● Exercise objective
Beneath this line is the data. Output exactly the lines from the line with "f 57 56 111" to the line with "f 53 80 158", both ends included, and nothing more.

────

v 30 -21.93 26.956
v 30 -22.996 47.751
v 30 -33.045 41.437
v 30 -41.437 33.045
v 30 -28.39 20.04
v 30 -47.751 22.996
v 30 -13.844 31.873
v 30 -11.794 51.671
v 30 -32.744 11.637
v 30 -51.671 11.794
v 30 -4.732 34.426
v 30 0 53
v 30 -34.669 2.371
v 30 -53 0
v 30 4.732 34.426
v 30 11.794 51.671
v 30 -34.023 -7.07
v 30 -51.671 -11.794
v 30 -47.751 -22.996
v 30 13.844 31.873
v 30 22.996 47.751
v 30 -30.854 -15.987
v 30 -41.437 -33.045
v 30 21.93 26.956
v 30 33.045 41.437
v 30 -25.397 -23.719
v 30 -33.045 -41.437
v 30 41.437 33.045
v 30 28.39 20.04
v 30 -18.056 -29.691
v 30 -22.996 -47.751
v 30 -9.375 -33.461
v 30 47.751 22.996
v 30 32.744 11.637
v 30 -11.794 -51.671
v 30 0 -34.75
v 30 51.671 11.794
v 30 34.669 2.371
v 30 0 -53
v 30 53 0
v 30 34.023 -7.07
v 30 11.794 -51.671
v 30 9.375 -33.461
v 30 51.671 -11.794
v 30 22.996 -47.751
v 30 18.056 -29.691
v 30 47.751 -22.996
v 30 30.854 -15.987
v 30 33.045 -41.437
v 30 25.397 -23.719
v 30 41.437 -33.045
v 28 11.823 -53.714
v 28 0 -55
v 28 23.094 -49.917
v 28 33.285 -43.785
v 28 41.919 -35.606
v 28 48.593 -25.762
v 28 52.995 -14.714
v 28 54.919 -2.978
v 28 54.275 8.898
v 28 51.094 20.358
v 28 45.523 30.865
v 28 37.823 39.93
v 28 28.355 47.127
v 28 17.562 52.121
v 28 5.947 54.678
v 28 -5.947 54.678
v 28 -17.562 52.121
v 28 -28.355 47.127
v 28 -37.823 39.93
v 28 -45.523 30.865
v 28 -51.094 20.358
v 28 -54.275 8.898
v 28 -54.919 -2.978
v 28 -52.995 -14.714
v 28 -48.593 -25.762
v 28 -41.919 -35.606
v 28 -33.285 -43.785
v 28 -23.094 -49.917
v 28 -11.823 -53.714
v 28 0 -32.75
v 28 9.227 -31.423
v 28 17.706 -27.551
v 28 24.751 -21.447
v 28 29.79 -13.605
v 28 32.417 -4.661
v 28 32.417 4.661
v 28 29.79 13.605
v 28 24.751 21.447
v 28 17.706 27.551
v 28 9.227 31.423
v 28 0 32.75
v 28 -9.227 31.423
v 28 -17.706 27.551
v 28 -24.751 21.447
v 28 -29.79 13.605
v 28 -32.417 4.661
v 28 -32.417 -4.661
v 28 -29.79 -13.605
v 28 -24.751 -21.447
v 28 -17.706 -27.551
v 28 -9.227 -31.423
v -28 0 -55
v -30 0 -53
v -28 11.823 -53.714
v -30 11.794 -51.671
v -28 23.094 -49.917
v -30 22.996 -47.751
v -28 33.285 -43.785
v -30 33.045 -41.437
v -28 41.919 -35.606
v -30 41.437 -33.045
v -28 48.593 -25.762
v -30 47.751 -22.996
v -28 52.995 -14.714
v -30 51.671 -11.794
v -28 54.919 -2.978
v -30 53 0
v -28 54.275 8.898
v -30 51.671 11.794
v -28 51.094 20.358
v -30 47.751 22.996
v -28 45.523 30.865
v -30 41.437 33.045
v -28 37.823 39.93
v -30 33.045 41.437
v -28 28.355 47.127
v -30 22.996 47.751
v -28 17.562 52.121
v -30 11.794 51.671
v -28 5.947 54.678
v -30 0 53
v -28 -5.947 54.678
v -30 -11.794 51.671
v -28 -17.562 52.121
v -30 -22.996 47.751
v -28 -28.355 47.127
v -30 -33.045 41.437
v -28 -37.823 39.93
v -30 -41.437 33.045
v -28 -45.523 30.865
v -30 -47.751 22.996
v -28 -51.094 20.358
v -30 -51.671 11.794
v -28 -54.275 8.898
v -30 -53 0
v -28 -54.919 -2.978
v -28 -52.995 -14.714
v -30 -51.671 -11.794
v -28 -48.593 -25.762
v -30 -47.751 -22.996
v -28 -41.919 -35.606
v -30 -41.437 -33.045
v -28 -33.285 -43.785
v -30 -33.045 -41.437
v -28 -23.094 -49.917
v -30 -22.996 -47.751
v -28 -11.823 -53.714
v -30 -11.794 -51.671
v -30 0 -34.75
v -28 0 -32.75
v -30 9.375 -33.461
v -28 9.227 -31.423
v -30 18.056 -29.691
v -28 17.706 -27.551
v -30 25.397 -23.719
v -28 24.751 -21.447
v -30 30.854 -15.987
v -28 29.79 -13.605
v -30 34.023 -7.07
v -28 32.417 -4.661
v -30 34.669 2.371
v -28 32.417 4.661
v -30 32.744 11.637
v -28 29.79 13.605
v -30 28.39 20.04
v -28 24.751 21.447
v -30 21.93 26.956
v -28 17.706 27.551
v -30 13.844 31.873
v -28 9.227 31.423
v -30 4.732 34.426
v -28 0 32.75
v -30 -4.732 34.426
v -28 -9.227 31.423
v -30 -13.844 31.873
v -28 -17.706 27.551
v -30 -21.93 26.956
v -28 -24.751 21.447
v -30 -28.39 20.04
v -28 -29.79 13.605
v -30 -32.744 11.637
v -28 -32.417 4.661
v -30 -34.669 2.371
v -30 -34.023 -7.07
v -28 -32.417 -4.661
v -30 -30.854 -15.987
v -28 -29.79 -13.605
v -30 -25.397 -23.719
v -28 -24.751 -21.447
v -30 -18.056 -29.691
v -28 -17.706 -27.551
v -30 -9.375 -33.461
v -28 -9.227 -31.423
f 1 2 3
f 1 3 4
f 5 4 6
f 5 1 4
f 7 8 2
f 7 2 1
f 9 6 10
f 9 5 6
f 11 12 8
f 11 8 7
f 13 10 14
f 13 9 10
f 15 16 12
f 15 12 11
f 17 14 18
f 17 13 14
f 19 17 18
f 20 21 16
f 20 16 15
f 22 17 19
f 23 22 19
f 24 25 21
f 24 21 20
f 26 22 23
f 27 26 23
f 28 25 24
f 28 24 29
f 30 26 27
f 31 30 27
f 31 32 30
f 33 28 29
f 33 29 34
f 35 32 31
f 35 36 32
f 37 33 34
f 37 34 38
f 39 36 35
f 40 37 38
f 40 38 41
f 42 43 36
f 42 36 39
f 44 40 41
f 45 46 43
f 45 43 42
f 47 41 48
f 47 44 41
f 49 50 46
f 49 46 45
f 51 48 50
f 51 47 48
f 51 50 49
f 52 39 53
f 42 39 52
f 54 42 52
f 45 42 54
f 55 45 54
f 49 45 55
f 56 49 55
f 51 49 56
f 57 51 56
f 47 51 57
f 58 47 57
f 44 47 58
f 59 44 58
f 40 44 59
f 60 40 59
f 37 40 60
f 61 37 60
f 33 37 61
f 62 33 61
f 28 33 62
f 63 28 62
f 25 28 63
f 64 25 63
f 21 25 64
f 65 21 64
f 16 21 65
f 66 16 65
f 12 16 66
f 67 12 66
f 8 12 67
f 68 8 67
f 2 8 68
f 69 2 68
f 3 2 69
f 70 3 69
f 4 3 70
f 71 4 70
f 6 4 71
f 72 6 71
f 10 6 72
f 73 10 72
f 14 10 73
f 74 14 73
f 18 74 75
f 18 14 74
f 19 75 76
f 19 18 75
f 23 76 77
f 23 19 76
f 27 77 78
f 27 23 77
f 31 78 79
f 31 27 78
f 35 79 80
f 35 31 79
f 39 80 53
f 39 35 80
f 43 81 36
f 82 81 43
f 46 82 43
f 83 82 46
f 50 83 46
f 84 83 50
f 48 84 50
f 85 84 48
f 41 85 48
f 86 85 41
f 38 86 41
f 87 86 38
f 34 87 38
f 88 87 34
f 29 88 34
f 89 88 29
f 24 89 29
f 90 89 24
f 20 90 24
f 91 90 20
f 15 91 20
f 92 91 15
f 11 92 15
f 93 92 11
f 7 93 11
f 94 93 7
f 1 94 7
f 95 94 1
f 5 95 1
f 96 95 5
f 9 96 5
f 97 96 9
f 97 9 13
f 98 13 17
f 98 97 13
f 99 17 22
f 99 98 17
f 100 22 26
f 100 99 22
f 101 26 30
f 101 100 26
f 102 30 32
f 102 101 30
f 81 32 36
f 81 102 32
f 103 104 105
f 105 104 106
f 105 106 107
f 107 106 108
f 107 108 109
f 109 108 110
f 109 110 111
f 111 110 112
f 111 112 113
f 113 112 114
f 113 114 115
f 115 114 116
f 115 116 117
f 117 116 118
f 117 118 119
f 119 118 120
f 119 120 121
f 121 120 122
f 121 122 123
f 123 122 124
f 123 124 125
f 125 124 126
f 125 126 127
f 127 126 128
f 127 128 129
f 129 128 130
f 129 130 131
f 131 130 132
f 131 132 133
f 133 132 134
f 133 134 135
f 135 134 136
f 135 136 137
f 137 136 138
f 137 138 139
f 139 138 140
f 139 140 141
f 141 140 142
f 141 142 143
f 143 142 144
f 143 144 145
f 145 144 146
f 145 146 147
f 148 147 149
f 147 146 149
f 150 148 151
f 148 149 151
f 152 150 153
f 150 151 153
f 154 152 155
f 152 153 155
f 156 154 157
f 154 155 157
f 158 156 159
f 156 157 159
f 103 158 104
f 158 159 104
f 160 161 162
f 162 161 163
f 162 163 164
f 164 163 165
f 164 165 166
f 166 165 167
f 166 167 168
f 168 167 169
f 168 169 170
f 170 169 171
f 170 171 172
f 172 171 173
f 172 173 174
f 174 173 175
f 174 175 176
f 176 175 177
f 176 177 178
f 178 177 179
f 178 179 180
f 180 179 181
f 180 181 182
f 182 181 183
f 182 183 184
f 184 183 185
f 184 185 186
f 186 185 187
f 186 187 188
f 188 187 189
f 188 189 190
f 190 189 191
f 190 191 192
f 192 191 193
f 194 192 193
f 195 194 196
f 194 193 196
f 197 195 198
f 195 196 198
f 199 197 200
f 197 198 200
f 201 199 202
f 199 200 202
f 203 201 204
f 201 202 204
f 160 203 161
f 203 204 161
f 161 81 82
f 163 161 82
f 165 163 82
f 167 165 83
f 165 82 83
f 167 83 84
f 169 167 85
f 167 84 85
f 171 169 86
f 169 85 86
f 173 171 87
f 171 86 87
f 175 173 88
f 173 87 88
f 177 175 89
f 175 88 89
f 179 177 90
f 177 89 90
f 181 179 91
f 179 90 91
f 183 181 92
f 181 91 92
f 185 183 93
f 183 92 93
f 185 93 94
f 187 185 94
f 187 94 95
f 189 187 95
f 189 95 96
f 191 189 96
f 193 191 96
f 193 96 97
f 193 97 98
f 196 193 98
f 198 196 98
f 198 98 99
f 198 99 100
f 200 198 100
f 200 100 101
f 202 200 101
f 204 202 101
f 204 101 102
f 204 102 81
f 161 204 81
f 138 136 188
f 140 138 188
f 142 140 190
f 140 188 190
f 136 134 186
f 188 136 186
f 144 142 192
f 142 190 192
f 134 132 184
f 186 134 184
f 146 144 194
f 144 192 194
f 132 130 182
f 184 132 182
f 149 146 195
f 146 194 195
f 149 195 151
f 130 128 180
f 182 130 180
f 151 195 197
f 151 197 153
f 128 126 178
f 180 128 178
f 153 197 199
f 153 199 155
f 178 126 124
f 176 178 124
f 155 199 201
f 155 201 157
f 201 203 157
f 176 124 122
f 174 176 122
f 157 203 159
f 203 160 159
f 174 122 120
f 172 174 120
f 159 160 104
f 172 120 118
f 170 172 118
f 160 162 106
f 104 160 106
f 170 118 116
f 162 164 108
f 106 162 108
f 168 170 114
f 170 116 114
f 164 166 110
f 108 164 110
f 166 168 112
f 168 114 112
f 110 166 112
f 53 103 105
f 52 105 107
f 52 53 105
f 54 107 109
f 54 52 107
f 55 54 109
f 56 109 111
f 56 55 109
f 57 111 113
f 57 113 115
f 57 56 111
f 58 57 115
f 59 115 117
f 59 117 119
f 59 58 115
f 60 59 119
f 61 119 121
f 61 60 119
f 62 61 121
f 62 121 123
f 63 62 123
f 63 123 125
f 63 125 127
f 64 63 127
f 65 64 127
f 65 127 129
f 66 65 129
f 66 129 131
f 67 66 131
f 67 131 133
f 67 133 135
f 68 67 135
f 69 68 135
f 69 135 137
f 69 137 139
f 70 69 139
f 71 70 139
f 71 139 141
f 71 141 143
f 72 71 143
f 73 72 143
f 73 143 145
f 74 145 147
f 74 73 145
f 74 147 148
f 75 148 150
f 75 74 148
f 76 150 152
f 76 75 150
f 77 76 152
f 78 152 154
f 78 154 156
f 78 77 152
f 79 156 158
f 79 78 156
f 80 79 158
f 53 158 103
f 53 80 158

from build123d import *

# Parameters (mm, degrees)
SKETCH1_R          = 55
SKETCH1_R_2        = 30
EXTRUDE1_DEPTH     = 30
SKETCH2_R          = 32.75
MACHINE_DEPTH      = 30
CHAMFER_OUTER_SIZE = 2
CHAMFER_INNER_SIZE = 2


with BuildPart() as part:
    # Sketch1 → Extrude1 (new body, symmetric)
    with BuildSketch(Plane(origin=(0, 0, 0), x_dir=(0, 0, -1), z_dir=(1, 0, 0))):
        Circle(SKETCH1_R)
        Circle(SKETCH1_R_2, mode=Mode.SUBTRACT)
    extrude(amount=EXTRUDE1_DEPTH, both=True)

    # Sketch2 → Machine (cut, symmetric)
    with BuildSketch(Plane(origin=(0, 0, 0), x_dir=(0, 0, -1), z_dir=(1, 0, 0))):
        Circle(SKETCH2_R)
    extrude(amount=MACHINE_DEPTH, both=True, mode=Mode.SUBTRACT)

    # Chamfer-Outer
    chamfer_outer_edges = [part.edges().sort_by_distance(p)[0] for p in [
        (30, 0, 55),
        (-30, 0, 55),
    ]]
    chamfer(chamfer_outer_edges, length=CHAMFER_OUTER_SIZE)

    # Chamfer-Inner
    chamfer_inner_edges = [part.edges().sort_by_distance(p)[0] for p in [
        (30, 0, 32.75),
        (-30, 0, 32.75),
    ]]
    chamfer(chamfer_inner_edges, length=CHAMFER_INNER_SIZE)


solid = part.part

────

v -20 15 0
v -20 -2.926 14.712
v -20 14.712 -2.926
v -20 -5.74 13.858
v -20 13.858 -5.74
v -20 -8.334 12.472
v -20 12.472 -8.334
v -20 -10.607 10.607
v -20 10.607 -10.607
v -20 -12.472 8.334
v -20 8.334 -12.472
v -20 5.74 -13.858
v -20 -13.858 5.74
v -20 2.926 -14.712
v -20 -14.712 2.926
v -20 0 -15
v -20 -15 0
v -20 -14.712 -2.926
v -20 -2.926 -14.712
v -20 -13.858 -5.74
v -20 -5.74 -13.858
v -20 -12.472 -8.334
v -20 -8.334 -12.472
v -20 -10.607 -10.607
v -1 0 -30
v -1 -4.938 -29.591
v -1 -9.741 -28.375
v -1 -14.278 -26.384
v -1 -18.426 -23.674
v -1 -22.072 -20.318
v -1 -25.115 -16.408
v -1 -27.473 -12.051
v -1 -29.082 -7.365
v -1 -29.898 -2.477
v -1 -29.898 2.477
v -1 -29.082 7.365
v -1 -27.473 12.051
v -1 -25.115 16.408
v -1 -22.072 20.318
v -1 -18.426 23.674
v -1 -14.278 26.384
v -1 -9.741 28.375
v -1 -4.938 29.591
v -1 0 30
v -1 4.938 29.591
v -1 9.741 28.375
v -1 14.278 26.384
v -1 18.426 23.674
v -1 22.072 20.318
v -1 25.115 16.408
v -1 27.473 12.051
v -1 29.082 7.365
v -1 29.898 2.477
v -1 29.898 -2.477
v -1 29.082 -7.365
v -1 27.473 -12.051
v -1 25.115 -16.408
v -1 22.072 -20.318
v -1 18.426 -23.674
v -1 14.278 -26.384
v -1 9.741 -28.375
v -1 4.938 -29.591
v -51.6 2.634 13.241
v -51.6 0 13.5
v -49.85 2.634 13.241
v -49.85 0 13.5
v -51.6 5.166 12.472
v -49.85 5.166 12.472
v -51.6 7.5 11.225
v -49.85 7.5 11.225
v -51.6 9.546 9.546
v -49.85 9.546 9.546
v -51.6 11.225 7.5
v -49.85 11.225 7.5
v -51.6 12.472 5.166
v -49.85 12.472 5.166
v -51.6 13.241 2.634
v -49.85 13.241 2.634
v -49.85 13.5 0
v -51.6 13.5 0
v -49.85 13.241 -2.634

────

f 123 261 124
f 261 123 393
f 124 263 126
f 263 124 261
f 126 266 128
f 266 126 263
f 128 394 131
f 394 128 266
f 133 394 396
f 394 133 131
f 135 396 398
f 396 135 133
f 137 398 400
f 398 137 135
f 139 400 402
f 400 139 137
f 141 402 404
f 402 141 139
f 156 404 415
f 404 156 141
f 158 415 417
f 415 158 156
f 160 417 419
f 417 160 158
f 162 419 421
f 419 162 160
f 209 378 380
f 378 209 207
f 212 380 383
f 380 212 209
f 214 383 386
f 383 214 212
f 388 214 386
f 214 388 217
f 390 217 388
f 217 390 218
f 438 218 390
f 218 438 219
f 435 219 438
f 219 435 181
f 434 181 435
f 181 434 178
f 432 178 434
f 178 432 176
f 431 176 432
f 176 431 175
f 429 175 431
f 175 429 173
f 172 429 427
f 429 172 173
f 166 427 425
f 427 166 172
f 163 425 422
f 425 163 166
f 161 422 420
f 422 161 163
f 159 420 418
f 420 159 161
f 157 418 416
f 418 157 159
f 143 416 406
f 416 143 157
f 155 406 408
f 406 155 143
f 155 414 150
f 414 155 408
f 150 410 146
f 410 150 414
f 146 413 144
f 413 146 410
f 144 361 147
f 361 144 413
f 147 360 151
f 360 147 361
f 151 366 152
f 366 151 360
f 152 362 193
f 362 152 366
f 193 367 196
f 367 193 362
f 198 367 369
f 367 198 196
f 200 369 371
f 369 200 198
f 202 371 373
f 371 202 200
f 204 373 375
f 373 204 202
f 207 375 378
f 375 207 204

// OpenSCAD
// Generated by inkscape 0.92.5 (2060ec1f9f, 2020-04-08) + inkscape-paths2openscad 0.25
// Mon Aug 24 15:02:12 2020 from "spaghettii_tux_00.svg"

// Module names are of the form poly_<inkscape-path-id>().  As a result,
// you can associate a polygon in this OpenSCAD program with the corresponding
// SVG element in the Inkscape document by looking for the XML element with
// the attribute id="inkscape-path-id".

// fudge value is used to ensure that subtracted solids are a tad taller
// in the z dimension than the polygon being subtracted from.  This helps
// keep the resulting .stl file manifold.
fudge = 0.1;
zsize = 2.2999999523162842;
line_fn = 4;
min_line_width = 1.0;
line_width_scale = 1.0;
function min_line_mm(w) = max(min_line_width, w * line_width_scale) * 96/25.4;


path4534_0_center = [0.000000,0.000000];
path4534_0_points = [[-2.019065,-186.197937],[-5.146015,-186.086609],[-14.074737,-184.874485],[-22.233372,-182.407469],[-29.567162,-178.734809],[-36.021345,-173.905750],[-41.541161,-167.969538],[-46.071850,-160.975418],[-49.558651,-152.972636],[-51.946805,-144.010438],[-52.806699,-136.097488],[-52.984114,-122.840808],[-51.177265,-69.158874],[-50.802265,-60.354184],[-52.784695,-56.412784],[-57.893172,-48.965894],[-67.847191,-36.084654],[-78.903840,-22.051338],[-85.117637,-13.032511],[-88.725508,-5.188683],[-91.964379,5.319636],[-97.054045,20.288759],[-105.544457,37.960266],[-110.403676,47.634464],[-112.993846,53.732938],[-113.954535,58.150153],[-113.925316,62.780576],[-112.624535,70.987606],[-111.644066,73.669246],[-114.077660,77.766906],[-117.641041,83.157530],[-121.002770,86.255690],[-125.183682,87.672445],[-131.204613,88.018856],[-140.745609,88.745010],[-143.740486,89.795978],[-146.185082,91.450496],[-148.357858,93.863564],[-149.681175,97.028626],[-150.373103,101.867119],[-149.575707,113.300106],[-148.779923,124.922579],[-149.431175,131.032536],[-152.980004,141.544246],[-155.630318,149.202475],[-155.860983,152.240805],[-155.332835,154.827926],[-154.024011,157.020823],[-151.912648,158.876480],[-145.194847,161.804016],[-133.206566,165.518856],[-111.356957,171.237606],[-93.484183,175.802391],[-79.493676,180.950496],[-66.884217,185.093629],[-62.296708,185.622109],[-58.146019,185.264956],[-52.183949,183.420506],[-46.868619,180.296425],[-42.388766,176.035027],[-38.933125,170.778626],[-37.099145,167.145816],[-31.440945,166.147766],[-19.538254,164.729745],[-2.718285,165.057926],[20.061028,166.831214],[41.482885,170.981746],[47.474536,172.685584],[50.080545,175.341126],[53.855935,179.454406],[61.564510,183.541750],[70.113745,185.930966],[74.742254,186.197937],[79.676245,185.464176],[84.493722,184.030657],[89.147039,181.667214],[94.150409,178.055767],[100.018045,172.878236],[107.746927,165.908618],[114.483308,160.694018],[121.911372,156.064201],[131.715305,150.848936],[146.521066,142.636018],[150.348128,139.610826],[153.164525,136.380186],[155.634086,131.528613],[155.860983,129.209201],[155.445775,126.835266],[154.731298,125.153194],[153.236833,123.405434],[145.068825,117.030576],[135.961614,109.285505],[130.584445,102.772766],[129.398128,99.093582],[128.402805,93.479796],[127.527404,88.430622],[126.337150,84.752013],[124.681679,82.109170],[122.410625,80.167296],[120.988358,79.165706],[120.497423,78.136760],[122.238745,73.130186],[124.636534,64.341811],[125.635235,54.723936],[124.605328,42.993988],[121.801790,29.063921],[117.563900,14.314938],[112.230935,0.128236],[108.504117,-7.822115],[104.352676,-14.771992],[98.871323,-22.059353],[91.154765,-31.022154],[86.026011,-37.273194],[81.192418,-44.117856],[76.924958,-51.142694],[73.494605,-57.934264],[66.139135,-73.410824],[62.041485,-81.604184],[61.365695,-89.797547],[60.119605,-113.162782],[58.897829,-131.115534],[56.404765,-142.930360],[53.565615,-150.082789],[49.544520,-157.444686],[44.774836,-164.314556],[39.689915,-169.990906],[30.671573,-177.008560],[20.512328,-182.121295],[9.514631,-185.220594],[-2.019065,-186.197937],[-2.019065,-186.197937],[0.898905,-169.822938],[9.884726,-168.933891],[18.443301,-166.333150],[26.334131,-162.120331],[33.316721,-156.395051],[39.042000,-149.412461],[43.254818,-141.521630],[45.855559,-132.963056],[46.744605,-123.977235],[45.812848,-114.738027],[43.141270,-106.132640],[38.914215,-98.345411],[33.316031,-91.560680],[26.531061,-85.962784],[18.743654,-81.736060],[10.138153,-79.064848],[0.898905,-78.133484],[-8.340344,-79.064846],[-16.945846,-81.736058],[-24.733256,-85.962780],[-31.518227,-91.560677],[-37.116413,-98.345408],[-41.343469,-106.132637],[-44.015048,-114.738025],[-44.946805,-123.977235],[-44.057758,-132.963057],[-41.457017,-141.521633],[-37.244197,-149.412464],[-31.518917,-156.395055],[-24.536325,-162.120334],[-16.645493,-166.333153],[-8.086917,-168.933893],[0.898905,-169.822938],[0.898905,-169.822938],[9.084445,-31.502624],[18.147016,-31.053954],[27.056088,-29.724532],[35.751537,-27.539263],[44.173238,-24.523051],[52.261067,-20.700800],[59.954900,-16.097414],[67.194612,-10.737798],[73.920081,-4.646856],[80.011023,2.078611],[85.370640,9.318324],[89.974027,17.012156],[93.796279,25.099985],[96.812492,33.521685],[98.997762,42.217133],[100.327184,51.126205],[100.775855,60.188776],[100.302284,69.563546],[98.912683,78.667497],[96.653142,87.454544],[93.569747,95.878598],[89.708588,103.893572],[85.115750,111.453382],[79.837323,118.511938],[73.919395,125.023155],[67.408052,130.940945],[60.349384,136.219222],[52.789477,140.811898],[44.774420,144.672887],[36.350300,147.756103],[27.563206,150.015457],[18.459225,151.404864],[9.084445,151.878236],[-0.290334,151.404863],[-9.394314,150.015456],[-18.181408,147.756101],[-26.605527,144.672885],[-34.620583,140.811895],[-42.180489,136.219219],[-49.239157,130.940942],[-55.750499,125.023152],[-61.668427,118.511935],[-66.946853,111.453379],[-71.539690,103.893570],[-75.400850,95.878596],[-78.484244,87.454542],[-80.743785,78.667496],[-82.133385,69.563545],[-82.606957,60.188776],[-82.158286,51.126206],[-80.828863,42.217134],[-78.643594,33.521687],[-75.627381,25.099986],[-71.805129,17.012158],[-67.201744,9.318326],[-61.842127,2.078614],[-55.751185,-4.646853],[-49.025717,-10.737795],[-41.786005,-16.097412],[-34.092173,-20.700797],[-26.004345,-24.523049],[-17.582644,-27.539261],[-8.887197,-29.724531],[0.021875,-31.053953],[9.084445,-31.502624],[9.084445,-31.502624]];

────

● Result for this task
f 57 56 111
f 58 57 115
f 59 115 117
f 59 117 119
f 59 58 115
f 60 59 119
f 61 119 121
f 61 60 119
f 62 61 121
f 62 121 123
f 63 62 123
f 63 123 125
f 63 125 127
f 64 63 127
f 65 64 127
f 65 127 129
f 66 65 129
f 66 129 131
f 67 66 131
f 67 131 133
f 67 133 135
f 68 67 135
f 69 68 135
f 69 135 137
f 69 137 139
f 70 69 139
f 71 70 139
f 71 139 141
f 71 141 143
f 72 71 143
f 73 72 143
f 73 143 145
f 74 145 147
f 74 73 145
f 74 147 148
f 75 148 150
f 75 74 148
f 76 150 152
f 76 75 150
f 77 76 152
f 78 152 154
f 78 154 156
f 78 77 152
f 79 156 158
f 79 78 156
f 80 79 158
f 53 158 103
f 53 80 158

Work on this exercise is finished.